- [Exercise details] From the data below, repeat exactly the lines from the line with "#15=CARTESIAN_POINT('',(-279.4,0.,0.));" to the line with "#23=FACE_BOUND('',#22,.T.);", both included.

- [Information supplied]
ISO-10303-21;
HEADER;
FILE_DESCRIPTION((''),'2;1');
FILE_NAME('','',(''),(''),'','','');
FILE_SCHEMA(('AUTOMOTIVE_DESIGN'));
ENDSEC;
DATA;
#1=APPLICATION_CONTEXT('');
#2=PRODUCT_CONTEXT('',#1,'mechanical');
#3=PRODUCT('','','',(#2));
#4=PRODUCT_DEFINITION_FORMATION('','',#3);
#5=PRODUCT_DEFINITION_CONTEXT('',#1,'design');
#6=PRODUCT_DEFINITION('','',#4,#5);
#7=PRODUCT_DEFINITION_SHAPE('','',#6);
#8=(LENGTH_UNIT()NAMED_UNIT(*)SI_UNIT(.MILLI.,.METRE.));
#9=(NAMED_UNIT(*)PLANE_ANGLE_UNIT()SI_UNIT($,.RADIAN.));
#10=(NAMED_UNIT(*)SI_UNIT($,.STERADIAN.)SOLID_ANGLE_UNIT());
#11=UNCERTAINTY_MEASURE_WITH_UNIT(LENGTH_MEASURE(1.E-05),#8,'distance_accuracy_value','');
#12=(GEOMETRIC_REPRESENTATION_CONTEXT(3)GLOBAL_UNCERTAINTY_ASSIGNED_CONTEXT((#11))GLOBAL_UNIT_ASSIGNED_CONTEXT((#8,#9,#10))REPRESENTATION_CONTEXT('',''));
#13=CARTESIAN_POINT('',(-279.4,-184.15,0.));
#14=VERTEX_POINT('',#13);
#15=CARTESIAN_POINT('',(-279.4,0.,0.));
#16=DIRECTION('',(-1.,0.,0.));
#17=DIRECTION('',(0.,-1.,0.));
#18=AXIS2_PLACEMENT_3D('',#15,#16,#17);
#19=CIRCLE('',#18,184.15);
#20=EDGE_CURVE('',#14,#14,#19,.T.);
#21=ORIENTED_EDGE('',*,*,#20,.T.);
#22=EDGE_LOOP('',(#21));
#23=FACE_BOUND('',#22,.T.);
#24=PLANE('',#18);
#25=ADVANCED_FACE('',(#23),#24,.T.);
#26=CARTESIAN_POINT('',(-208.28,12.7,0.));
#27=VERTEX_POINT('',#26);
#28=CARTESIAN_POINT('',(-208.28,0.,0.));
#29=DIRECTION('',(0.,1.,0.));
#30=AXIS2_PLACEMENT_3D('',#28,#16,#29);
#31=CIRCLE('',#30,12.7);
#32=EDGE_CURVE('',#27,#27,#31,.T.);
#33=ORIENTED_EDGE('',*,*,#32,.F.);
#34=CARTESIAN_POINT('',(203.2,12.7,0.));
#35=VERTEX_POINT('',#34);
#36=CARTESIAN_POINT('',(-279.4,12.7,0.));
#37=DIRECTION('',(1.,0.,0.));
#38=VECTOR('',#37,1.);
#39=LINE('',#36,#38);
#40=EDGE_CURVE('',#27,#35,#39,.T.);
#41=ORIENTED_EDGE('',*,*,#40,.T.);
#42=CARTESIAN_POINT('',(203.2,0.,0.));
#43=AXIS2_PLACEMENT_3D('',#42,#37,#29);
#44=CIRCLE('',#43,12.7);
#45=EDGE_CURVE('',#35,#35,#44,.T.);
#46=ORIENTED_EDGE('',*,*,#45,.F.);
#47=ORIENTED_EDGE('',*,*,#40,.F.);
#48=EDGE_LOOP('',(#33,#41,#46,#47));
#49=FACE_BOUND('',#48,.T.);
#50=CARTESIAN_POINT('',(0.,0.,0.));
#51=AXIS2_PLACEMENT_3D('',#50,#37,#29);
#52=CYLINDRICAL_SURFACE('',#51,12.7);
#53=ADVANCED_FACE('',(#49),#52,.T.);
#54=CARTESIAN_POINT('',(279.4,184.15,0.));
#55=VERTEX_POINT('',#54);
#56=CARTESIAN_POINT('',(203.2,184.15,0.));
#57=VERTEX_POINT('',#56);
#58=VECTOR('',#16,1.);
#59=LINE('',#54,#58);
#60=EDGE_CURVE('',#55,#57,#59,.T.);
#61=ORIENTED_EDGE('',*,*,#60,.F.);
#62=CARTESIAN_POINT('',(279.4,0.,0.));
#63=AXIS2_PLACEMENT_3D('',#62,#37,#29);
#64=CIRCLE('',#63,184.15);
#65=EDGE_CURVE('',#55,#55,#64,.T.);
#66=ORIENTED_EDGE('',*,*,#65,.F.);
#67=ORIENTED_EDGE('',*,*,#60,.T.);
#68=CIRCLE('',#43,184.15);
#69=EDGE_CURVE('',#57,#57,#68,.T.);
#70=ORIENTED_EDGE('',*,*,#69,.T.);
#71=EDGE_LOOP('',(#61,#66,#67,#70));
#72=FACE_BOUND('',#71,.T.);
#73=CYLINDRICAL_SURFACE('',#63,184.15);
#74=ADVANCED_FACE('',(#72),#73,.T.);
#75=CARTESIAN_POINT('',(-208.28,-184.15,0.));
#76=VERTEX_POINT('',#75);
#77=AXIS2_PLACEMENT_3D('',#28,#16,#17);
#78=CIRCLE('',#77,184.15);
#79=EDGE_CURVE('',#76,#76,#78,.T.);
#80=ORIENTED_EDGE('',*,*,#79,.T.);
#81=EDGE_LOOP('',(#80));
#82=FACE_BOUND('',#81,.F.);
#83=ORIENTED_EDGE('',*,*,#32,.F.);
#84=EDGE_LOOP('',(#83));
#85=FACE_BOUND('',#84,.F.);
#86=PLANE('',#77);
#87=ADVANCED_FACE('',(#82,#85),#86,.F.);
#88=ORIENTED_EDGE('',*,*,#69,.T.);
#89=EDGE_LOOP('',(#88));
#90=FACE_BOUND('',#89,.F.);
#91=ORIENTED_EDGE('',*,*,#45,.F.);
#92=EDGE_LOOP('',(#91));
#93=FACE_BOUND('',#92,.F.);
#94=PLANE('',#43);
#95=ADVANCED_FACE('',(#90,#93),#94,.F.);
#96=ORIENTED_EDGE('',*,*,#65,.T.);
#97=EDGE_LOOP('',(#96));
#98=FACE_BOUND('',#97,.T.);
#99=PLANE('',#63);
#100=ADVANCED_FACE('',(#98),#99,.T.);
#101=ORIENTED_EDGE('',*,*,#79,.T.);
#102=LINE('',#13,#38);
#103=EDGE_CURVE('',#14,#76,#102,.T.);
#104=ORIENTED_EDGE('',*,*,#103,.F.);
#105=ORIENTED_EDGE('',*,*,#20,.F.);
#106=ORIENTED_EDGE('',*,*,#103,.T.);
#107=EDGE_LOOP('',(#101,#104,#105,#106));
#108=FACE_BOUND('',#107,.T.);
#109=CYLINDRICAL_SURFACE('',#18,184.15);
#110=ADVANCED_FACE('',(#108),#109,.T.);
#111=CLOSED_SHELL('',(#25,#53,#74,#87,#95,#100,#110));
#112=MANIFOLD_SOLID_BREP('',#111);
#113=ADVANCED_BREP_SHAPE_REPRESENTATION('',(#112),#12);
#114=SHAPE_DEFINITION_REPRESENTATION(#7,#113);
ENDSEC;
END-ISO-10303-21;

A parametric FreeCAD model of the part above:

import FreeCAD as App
import Part
import Sketcher
Q = App.Units.Quantity

doc = App.newDocument("Part")
body = doc.addObject("PartDesign::Body", "Body")

# Sketch on YZ plane
sketch1 = body.newObject("Sketcher::SketchObject", "Sketch")
sketch1.AttachmentSupport = (doc.getObject("YZ_Plane"), [""])
sketch1.MapMode = "FlatFace"
sketch1.addGeometry(Part.Circle(App.Vector(0, 0, 0), App.Vector(0, 0, 1), 12.7), False)
sketch1.addConstraint([
    Sketcher.Constraint("Coincident", 0, 3, -1, 1),
    Sketcher.Constraint("Diameter", 0, Q("1 in")),
])
pad1 = body.newObject("PartDesign::Pad", "Pad")
pad1.Profile = sketch1
pad1.Length = Q("22 in")
pad1.Midplane = True

# Sketch on YZ plane
sketch2 = body.newObject("Sketcher::SketchObject", "Sketch001")
sketch2.AttachmentSupport = (doc.getObject("YZ_Plane"), [""])
sketch2.MapMode = "FlatFace"
sketch2.AttachmentOffset = App.Placement(App.Vector(0, 0, 11 * 25.4), App.Rotation())
sketch2.addGeometry([
    Part.Circle(App.Vector(0, 0, 0), App.Vector(0, 0, 1), 184.15),
    Part.Circle(App.Vector(0, 0, 0), App.Vector(0, 0, 1), 12.7),
], False)
sketch2.addConstraint([
    Sketcher.Constraint("Coincident", 0, 3, -1, 1),
    Sketcher.Constraint("Coincident", 1, 3, -1, 1),
    Sketcher.Constraint("Diameter", 1, Q("1 in")),
    Sketcher.Constraint("Diameter", 0, Q("14.5 in")),
])
pad2 = body.newObject("PartDesign::Pad", "Pad001")
pad2.Profile = sketch2
pad2.Length = Q("3 in")
pad2.Reversed = True

# Sketch on YZ plane
sketch3 = body.newObject("Sketcher::SketchObject", "Sketch002")
sketch3.AttachmentSupport = (doc.getObject("YZ_Plane"), [""])
sketch3.MapMode = "FlatFace"
sketch3.AttachmentOffset = App.Placement(App.Vector(0, 0, -11 * 25.4), App.Rotation())
sketch3.addGeometry([
    Part.Circle(App.Vector(0, 0, 0), App.Vector(0, 0, 1), 184.15),
    Part.Circle(App.Vector(0, 0, 0), App.Vector(0, 0, 1), 12.7),
], False)
sketch3.addConstraint([
    Sketcher.Constraint("Coincident", 0, 3, -1, 1),
    Sketcher.Constraint("Coincident", 1, 3, -1, 1),
    Sketcher.Constraint("Diameter", 1, Q("1 in")),
    Sketcher.Constraint("Diameter", 0, Q("14.5 in")),
])
pad3 = body.newObject("PartDesign::Pad", "Pad002")
pad3.Profile = sketch3
pad3.Length = Q("2.8 in")

doc.recompute()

- [Response box]
#15=CARTESIAN_POINT('',(-279.4,0.,0.));
#16=DIRECTION('',(-1.,0.,0.));
#17=DIRECTION('',(0.,-1.,0.));
#18=AXIS2_PLACEMENT_3D('',#15,#16,#17);
#19=CIRCLE('',#18,184.15);
#20=EDGE_CURVE('',#14,#14,#19,.T.);
#21=ORIENTED_EDGE('',*,*,#20,.T.);
#22=EDGE_LOOP('',(#21));
#23=FACE_BOUND('',#22,.T.);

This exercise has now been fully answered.